After you finished Lying Awake and the novel was published, did you continue teaching at Central Juvenile Hall? When and how did you tell the kids that they were the subject of your new book? Were they hesitant or eager to participate?

I did continue teaching at Central after Lying Awake was published. I ran the class for four years altogether, then passed it on to another writer after my daughter was born and I became a stay-at-home dad. I consider myself on sabbatical until my daughter is able to change her own diapers.

When I decided to write this book, I tracked down all of the kids who had been in the class (all but one is in adult prison), described the book I wanted to write, and asked if they would give me permission to include their work in it. They did give permission, and in their letters back they made it clear that they are very, very happy to know that something they did, which they made valuable through their own efforts, will be shared with others and may even do some good. And they are all still writing.

Having worked with these kids for so long, do you feel now that trying juvenile offenders as adults and sending them to adult prison is the right thing to do?

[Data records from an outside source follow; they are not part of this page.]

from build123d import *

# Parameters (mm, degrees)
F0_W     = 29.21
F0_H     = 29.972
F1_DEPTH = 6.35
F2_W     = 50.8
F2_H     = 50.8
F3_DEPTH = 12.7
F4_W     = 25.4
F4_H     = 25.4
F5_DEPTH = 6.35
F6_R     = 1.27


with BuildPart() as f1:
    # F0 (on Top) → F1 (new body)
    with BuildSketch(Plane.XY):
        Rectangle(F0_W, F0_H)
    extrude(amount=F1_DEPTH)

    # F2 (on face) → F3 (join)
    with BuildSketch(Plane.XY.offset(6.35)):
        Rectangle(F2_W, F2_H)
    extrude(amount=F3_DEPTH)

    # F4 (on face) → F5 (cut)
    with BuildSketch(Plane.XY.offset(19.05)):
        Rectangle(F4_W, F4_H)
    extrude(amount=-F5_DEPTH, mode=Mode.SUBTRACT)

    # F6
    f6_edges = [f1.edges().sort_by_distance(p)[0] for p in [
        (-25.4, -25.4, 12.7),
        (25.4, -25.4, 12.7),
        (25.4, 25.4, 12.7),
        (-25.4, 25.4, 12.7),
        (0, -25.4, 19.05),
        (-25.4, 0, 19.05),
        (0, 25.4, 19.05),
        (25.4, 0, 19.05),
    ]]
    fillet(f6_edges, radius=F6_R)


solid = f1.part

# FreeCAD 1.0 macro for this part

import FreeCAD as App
import Part
import Sketcher

V = App.Vector
Q = App.Units.Quantity


def edges_at(feature, points):
    """Names of the edges that pass closest to the given points."""
    edges = feature.Shape.Edges
    near = lambda p: min(range(len(edges)), key=lambda i: edges[i].distToShape(Part.Vertex(*p))[0])
    return sorted({f"Edge{near(p) + 1}" for p in points})


def add_polygon(sketch, points):
    """Adds a closed chain of lines whose ends are joined by coincident constraints."""
    first, n = sketch.GeometryCount, len(points)
    for a, b in zip(points, points[1:] + points[:1]):
        sketch.addGeometry(Part.LineSegment(App.Vector(*a, 0), App.Vector(*b, 0)), False)
    for i in range(n):
        sketch.addConstraint(Sketcher.Constraint("Coincident", first + i, 2, first + (i + 1) % n, 1))

doc = App.newDocument("Part")
body = doc.addObject("PartDesign::Body", "Body")

sketch1 = body.newObject("Sketcher::SketchObject", "Sketch")
sketch1.AttachmentSupport = (doc.getObject("XY_Plane"), [""])
sketch1.MapMode = "FlatFace"
add_polygon(sketch1, [(-15, 15), (-15, -15), (15, -15), (15, 15)])
sketch1.addConstraint([
    Sketcher.Constraint("Vertical", 0),
    Sketcher.Constraint("Horizontal", 1),
    Sketcher.Constraint("Vertical", 2),
    Sketcher.Constraint("Horizontal", 3),
    Sketcher.Constraint("Symmetric", 0, 2, 2, 2, -1, 1),
    Sketcher.Constraint("DistanceX", 1, 1, 1, 2, Q("1.15 in")),
    Sketcher.Constraint("DistanceY", 0, 2, 0, 1, Q("1.18 in")),
])
pad1 = body.newObject("PartDesign::Pad", "Pad")
pad1.Profile = sketch1
pad1.Length = Q("0.25 in")

sketch2 = body.newObject("Sketcher::SketchObject", "Sketch001")
sketch2.AttachmentSupport = (doc.getObject("XY_Plane"), [""])
sketch2.MapMode = "FlatFace"
sketch2.AttachmentOffset = App.Placement(V(0, 0, 0.25 * 25.4), App.Rotation())
add_polygon(sketch2, [(-25, 25), (-25, -25), (25, -25), (25, 25)])
sketch2.addConstraint([
    Sketcher.Constraint("Vertical", 0),
    Sketcher.Constraint("Horizontal", 1),
    Sketcher.Constraint("Vertical", 2),
    Sketcher.Constraint("Horizontal", 3),
    Sketcher.Constraint("Symmetric", 0, 2, 2, 2, -1, 1),
    Sketcher.Constraint("Equal", 3, 0),
    Sketcher.Constraint("DistanceX", 1, 1, 1, 2, Q("2 in")),
])
pad2 = body.newObject("PartDesign::Pad", "Pad001")
pad2.Profile = sketch2
pad2.Length = Q("0.5 in")

sketch3 = body.newObject("Sketcher::SketchObject", "Sketch002")
sketch3.AttachmentSupport = (doc.getObject("XY_Plane"), [""])
sketch3.MapMode = "FlatFace"
sketch3.AttachmentOffset = App.Placement(V(0, 0, 0.75 * 25.4), App.Rotation())
add_polygon(sketch3, [(-13, 13), (-13, -13), (13, -13), (13, 13)])
sketch3.addConstraint([
    Sketcher.Constraint("Vertical", 0),
    Sketcher.Constraint("Horizontal", 1),
    Sketcher.Constraint("Vertical", 2),
    Sketcher.Constraint("Horizontal", 3),
    Sketcher.Constraint("Symmetric", 0, 2, 2, 2, -1, 1),
    Sketcher.Constraint("Equal", 3, 0),
    Sketcher.Constraint("DistanceX", 1, 1, 1, 2, Q("1 in")),
])
pocket1 = body.newObject("PartDesign::Pocket", "Pocket")
pocket1.Profile = sketch3
pocket1.Length = Q("0.25 in")
doc.recompute()

fillet = body.newObject("PartDesign::Fillet", "Fillet")
fillet.Base = (pocket1, edges_at(pocket1, [
    (-25.4, -25.4, 12.7),
    (25.4, -25.4, 12.7),
    (25.4, 25.4, 12.7),
    (-25.4, 25.4, 12.7),
    (0, -25.4, 19.05),
    (-25.4, 0, 19.05),
    (0, 25.4, 19.05),
    (25.4, 0, 19.05),
]))
fillet.Radius = Q("0.05 in")

doc.recompute()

Certainly, the kids that I worked with needed to be incarcerated. Their lives were completely out of control, they had to be prevented from causing further suffering, and they had to be held responsible for their actions. Personally, I feel that most of them could be rehabilitated, but I recognize that to do so would require an enormous commitment of time and resources — more than I expect to see earmarked for that purpose in the near future. In my ideal world, these kids would be sent to places that would incorporate features of our best mental health facilities (clean, attractive environment; daily counseling and education opportunities; sympathetic but authoritative professional staff) following the discipline model of a well-run boot camp. I am convinced that the high cost of such facilities would, in the long run, be offset by lowered rates of recidivism. Until my ideal world becomes a reality, however, I would like to see more attention focused on early-intervention programs for at-risk children and their families — programs designed to help children who are just starting to show signs of troubled behavior, but who have not yet committed any serious crime. The success rate for these programs has been terrific, and they deserve our full support.

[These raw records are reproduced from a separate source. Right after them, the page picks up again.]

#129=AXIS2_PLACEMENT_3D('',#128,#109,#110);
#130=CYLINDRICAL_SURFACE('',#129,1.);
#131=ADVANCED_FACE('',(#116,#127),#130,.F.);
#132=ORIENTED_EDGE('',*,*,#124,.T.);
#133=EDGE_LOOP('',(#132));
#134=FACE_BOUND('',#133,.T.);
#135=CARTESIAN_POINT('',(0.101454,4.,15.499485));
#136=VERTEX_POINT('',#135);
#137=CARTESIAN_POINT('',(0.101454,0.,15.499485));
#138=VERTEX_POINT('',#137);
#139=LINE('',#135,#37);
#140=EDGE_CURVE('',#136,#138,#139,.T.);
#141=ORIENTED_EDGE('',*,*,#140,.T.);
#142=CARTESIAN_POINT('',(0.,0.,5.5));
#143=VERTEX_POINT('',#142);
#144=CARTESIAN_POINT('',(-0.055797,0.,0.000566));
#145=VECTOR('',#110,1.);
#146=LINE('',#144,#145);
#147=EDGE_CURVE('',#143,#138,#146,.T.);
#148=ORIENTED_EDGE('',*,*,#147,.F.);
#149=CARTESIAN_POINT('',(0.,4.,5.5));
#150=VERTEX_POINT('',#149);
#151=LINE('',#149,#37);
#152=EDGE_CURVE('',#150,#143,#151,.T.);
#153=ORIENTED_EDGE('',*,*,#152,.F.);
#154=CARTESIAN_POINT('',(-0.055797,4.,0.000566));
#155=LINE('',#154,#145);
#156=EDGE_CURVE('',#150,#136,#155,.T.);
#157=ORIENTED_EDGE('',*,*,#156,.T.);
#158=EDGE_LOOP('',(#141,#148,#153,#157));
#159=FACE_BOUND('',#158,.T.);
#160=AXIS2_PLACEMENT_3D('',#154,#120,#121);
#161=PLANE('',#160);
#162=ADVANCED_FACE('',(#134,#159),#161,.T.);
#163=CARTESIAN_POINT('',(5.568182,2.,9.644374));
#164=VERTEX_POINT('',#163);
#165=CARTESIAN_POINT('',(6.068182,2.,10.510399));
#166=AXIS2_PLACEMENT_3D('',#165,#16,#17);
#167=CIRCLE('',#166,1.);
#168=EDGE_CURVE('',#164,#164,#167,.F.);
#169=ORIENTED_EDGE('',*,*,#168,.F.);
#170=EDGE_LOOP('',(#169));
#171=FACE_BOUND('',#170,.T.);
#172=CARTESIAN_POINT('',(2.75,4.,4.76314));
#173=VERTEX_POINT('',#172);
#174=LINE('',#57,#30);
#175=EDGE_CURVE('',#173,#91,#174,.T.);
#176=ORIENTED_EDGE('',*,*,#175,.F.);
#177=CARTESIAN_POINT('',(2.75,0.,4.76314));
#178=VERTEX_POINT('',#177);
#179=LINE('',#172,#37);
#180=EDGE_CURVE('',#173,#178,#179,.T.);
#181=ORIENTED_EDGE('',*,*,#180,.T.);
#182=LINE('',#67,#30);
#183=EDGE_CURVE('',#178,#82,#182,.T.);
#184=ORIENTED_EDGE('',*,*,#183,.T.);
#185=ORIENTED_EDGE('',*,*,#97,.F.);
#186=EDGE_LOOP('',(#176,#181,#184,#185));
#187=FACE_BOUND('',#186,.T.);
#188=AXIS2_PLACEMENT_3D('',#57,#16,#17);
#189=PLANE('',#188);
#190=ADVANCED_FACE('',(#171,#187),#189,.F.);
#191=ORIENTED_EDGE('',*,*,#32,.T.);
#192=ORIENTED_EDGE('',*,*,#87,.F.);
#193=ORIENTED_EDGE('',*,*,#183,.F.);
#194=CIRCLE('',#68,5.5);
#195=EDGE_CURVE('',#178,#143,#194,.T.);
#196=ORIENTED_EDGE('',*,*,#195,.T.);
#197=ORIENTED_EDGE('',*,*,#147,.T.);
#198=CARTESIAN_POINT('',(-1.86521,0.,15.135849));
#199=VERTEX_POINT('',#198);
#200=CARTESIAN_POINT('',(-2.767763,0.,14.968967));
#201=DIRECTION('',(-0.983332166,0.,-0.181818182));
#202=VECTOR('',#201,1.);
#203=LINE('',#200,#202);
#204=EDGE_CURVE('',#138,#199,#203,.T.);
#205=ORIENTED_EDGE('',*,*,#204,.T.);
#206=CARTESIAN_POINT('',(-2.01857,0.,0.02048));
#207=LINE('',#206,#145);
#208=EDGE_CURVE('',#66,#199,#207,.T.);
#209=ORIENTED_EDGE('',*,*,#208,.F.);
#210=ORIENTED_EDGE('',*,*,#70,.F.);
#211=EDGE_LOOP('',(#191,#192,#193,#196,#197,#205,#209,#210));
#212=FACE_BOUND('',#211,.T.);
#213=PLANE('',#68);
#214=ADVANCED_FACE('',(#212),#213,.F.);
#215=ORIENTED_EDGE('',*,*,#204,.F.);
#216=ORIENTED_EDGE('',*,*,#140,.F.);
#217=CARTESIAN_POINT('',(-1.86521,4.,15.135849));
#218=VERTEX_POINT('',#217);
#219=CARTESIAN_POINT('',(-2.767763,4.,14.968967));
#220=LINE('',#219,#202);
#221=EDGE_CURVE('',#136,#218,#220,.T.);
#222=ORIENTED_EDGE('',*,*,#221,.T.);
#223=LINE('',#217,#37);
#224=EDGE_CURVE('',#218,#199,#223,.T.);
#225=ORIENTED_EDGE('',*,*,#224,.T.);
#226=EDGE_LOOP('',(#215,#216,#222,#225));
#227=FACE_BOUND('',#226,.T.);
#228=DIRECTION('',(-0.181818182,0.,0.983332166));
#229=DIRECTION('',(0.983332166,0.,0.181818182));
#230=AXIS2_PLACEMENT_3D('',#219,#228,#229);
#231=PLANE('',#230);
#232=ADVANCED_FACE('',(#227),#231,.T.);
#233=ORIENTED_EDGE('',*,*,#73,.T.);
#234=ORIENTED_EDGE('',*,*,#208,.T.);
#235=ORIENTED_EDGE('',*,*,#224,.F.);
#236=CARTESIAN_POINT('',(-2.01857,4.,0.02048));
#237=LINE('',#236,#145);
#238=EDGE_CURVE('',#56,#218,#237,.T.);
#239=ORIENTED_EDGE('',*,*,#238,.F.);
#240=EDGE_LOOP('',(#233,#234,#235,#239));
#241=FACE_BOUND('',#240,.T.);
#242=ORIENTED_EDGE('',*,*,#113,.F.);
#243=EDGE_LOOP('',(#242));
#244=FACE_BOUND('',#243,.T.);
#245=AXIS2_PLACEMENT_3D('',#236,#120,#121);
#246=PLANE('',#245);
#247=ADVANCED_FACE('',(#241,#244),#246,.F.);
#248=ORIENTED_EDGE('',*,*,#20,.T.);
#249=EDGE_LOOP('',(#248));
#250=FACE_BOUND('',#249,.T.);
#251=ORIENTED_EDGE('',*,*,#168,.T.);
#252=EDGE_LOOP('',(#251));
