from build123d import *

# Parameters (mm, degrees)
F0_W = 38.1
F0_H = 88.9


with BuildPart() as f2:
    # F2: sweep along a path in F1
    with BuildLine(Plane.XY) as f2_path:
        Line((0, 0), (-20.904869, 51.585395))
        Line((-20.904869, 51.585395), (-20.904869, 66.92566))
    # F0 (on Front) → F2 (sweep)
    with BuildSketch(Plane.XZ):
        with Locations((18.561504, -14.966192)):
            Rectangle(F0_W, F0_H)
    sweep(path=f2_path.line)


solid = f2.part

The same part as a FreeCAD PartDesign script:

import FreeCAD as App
import Part
import Sketcher
Q = App.Units.Quantity

doc = App.newDocument("Part")
body = doc.addObject("PartDesign::Body", "Body")

sketch1 = doc.addObject("Sketcher::SketchObject", "Sketch")
body.addObject(sketch1)
sketch1.AttachmentSupport = (doc.XZ_Plane, [""])
sketch1.MapMode = "FlatFace"
sketch1.addGeometry([
    Part.LineSegment(App.Vector(-0.488496, 29.483808, 0), App.Vector(-0.488496, -59.416192, 0)),
    Part.LineSegment(App.Vector(-0.488496, -59.416192, 0), App.Vector(37.611504, -59.416192, 0)),
    Part.LineSegment(App.Vector(37.611504, -59.416192, 0), App.Vector(37.611504, 29.483808, 0)),
    Part.LineSegment(App.Vector(37.611504, 29.483808, 0), App.Vector(-0.488496, 29.483808, 0)),
], False)
sketch1.addConstraint([
    Sketcher.Constraint("Coincident", 0, 2, 1, 1),
    Sketcher.Constraint("Coincident", 1, 2, 2, 1),
    Sketcher.Constraint("Coincident", 2, 2, 3, 1),
    Sketcher.Constraint("Coincident", 3, 2, 0, 1),
    Sketcher.Constraint("Vertical", 0),
    Sketcher.Constraint("Horizontal", 1),
    Sketcher.Constraint("Vertical", 2),
    Sketcher.Constraint("Horizontal", 3),
    Sketcher.Constraint("DistanceX", 1, 1, 1, 2, Q("1.5 in")),
    Sketcher.Constraint("DistanceY", 0, 2, 0, 1, Q("3.5 in")),
    Sketcher.Constraint("DistanceY", -1, 1, 2, 2, Q("29.483808 mm")),
    Sketcher.Constraint("DistanceX", 0, 2, -1, 1, Q("0.488496 mm")),
])

sketch2 = doc.addObject("Sketcher::SketchObject", "Sketch001")
body.addObject(sketch2)
sketch2.AttachmentSupport = (doc.XY_Plane, [""])
sketch2.MapMode = "FlatFace"
sketch2.addGeometry([
    Part.LineSegment(App.Vector(0, 0, 0), App.Vector(-20.904869, 51.585395, 0)),
    Part.LineSegment(App.Vector(-20.904869, 51.585395, 0), App.Vector(-20.904869, 66.92566, 0)),
], False)
sketch2.addConstraint([
    Sketcher.Constraint("Coincident", 0, 2, 1, 1),
    Sketcher.Constraint("Vertical", 1),
    Sketcher.Constraint("Coincident", 0, 1, -1, 1),
    Sketcher.Constraint("DistanceY", 1, 1, 1, 2, Q("15.340265 mm")),
    Sketcher.Constraint("DistanceX", 0, 2, -1, 1, Q("20.904869 mm")),
    Sketcher.Constraint("DistanceY", -1, 1, 1, 2, Q("66.92566 mm")),
])
doc.recompute()

additivepipe = doc.addObject("PartDesign::AdditivePipe", "AdditivePipe")
body.addObject(additivepipe)
additivepipe.Profile = sketch1
additivepipe.Spine = (sketch2, ["Edge1", "Edge2"])

doc.recompute()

How do you think crime victims, or the families of crime victims, will react to this book? You don’t romanticize the kids — it’s obvious they are deeply troubled, conflicted people — but you don’t withhold your affection for them or your pride in their successes, either. Will some people be offended by that?

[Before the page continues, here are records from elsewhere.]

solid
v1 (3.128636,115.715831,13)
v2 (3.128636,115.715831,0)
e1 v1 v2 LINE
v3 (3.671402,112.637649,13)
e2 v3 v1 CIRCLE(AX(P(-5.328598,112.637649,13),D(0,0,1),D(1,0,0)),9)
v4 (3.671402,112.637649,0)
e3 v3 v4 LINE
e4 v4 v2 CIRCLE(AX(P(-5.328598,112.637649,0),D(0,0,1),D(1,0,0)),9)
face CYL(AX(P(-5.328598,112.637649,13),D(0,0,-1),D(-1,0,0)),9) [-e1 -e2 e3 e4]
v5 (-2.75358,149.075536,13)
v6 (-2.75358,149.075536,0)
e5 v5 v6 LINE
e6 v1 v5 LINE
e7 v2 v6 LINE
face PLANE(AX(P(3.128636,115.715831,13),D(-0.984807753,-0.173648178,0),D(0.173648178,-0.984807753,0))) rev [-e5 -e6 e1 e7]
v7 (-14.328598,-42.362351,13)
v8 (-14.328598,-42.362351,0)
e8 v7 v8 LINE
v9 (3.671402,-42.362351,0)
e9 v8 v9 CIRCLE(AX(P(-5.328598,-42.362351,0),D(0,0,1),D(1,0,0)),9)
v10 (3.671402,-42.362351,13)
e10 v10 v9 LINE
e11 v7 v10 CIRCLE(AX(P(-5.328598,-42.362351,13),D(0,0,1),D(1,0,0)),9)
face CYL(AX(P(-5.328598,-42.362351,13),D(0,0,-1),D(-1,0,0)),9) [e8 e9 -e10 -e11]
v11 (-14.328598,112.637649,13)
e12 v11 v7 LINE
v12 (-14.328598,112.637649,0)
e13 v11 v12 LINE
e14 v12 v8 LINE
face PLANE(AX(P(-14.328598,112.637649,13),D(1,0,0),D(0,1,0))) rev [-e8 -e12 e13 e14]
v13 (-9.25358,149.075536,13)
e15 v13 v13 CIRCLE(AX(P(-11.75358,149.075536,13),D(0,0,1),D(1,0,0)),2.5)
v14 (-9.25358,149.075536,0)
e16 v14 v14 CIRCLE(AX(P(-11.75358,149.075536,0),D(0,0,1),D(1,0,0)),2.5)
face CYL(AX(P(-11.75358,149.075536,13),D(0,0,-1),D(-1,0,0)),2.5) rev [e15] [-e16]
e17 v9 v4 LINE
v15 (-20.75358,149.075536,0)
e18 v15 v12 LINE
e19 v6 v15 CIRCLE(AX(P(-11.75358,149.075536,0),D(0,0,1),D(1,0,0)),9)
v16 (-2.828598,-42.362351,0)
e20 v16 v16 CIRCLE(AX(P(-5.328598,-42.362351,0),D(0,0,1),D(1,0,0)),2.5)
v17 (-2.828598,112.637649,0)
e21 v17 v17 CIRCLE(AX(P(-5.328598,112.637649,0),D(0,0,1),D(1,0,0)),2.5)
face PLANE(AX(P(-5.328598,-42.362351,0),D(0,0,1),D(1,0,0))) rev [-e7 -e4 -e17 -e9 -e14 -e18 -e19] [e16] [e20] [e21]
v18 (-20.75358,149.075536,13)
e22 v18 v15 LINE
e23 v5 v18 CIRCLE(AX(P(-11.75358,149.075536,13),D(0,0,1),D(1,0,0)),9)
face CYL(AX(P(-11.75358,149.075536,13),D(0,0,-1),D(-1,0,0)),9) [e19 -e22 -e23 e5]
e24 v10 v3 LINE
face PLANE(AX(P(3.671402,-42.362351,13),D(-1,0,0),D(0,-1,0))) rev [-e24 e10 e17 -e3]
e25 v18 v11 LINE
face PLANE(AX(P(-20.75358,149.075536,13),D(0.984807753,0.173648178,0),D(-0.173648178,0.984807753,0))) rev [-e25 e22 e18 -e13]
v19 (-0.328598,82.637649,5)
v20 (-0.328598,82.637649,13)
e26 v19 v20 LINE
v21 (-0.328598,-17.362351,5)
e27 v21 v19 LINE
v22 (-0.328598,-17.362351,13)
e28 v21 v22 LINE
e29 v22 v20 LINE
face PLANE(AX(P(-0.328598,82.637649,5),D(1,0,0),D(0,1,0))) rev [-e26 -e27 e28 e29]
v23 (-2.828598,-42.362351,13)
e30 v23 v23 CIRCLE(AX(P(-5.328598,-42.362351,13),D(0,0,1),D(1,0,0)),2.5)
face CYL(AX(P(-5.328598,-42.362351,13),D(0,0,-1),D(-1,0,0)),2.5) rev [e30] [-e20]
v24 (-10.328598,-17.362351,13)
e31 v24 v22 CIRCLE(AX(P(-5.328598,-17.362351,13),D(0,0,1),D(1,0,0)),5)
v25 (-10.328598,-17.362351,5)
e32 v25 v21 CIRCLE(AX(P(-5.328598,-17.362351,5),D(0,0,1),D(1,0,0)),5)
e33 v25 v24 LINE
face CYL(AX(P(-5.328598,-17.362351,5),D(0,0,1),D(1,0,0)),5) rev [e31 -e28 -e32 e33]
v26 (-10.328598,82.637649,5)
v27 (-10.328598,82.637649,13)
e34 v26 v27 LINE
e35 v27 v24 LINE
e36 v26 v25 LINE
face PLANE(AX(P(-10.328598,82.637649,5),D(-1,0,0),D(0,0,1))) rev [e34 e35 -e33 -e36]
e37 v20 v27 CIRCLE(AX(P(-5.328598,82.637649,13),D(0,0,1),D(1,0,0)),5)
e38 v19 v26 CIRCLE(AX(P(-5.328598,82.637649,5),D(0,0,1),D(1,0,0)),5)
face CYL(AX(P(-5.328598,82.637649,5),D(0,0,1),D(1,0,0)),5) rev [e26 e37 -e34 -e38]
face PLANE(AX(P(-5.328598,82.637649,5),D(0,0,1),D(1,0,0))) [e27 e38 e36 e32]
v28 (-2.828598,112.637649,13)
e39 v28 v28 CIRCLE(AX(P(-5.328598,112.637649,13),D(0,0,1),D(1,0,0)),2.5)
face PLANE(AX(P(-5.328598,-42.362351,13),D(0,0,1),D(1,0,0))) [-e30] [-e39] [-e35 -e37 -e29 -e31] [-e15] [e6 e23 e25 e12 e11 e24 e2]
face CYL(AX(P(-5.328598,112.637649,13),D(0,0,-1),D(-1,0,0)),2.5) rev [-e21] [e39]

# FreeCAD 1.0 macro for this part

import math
import FreeCAD as App
import Part
import Sketcher
Q = App.Units.Quantity

doc = App.newDocument("Part")
body = doc.addObject("PartDesign::Body", "Body")

# Sketch on XY plane
sketch1 = doc.addObject("Sketcher::SketchObject", "Sketch")
body.addObject(sketch1)
sketch1.AttachmentSupport = (doc.XY_Plane, [""])
sketch1.MapMode = "FlatFace"
sketch1.addGeometry([
    Part.LineSegment(App.Vector(-14.3, 112.6, 0), App.Vector(-14.3, -42.4, 0)),  # 0
    Part.ArcOfCircle(Part.Circle(App.Vector(-5.3, -42.4, 0), App.Vector(0, 0, 1), 9), math.radians(180), math.radians(360)),  # 1
    Part.LineSegment(App.Vector(3.7, -42.4, 0), App.Vector(3.7, 112.6, 0)),  # 2
    Part.ArcOfCircle(Part.Circle(App.Vector(-5.3, 112.6, 0), App.Vector(0, 0, 1), 9), math.radians(0), math.radians(20)),  # 3
    Part.LineSegment(App.Vector(3.1, 115.7, 0), App.Vector(-2.8, 149.1, 0)),  # 4
    Part.ArcOfCircle(Part.Circle(App.Vector(-11.8, 149.1, 0), App.Vector(0, 0, 1), 9), math.radians(0), math.radians(180)),  # 5
    Part.LineSegment(App.Vector(-20.8, 149.1, 0), App.Vector(-14.3, 112.6, 0)),  # 6
    Part.Circle(App.Vector(-5.3, -42.4, 0), App.Vector(0, 0, 1), 2.5),  # 7
    Part.Circle(App.Vector(-11.8, 149.1, 0), App.Vector(0, 0, 1), 2.5),  # 8
    Part.Circle(App.Vector(-5.3, 112.6, 0), App.Vector(0, 0, 1), 2.5),  # 9
], False)
sketch1.addConstraint([
    Sketcher.Constraint("Tangent", 0, 2, 1, 1),
    Sketcher.Constraint("Tangent", 1, 2, 2, 1),
    Sketcher.Constraint("Tangent", 2, 2, 3, 1),
    Sketcher.Constraint("Coincident", 3, 2, 4, 1),
    Sketcher.Constraint("Coincident", 4, 2, 5, 1),
    Sketcher.Constraint("Coincident", 5, 2, 6, 1),
    Sketcher.Constraint("Coincident", 6, 2, 0, 1),
    Sketcher.Constraint("Vertical", 0),
    Sketcher.Constraint("Vertical", 2),
    Sketcher.Constraint("Coincident", 7, 3, 1, 3),
    Sketcher.Constraint("Coincident", 8, 3, 5, 3),
    Sketcher.Constraint("Coincident", 9, 3, 3, 3),
    Sketcher.Constraint("Equal", 1, 3),
    Sketcher.Constraint("Equal", 3, 5),
    Sketcher.Constraint("Equal", 7, 8),
    Sketcher.Constraint("Equal", 8, 9),
    Sketcher.Constraint("Parallel", 4, 6),
    Sketcher.Constraint("Horizontal", 8, 3, 4, 2),
    Sketcher.Constraint("Horizontal", 4, 2, 5, 2),
    Sketcher.Constraint("Horizontal", 2, 2, 6, 2),
    Sketcher.Constraint("Diameter", 7, 5.0),
    Sketcher.Constraint("Radius", 1, 9.0),
    Sketcher.Constraint("DistanceY", 0, 2, 0, 1, 155.0),
    Sketcher.Constraint("Angle", 4, Q("100 deg")),
    Sketcher.Constraint("Distance", 6, 37.0),
    Sketcher.Constraint("DistanceY", 1, 3, -1, 1, 42.362351),
    Sketcher.Constraint("DistanceX", 5, 3, -1, 1, 11.75358),
])
pad1 = doc.addObject("PartDesign::Pad", "Pad")
body.addObject(pad1)
pad1.Profile = sketch1
pad1.Length = 13

# Sketch on XY plane
sketch2 = doc.addObject("Sketcher::SketchObject", "Sketch001")
body.addObject(sketch2)
sketch2.AttachmentSupport = (doc.XY_Plane, [""])
sketch2.MapMode = "FlatFace"
sketch2.AttachmentOffset = App.Placement(App.Vector(0, 0, 13), App.Rotation())
sketch2.addGeometry([
    Part.LineSegment(App.Vector(0, -17, 0), App.Vector(0, 83, 0)),
    Part.ArcOfCircle(Part.Circle(App.Vector(-5, 83, 0), App.Vector(0, 0, 1), 5), math.radians(0), math.radians(180)),
    Part.LineSegment(App.Vector(-10, 83, 0), App.Vector(-10, -17, 0)),
    Part.ArcOfCircle(Part.Circle(App.Vector(-5, -17, 0), App.Vector(0, 0, 1), 5), math.radians(180), math.radians(360)),
], False)
sketch2.addConstraint([
    Sketcher.Constraint("Tangent", 0, 2, 1, 1),
    Sketcher.Constraint("Tangent", 1, 2, 2, 1),
    Sketcher.Constraint("Tangent", 2, 2, 3, 1),
    Sketcher.Constraint("Tangent", 3, 2, 0, 1),
    Sketcher.Constraint("Vertical", 0),
    Sketcher.Constraint("Vertical", 2),
    Sketcher.Constraint("Radius", 1, 5.0),
    Sketcher.Constraint("DistanceY", 0, 1, 0, 2, 100.0),
    Sketcher.Constraint("DistanceY", -1, 1, 1, 3, 82.637649),
    Sketcher.Constraint("DistanceX", 1, 3, -1, 1, 5.328598),
])
pocket1 = doc.addObject("PartDesign::Pocket", "Pocket")
body.addObject(pocket1)
pocket1.Profile = sketch2
pocket1.Length = 8

doc.recompute()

I’ve been the victim of several crimes myself, including being mugged, and I’m still angry about every one of those crimes, so I certainly wouldn’t blame the victim of a violent crime for objecting to the idea of a book like this. I wouldn’t want that person to suffer any more than he or she already has, so my recommendation would be: if the very idea of the book makes you angry, don’t force yourself to read it. Life is too short. But I do hope that if such a person were to go ahead and read the book anyway, the experience of meeting these kids in print would have some of the effect that meeting them in person has had on me, which is to make me feel less angry. Knowing something about these kids, and understanding a bit better why they do the awful things they do, has made me feel less fearful of the violence in our society, because the unknown is always more frightening that what is known. And meeting them has made me more hopeful, because as long as some traces of humanity and conscience and aspiration still exist, there is hope that those qualities can triumph over their opposites.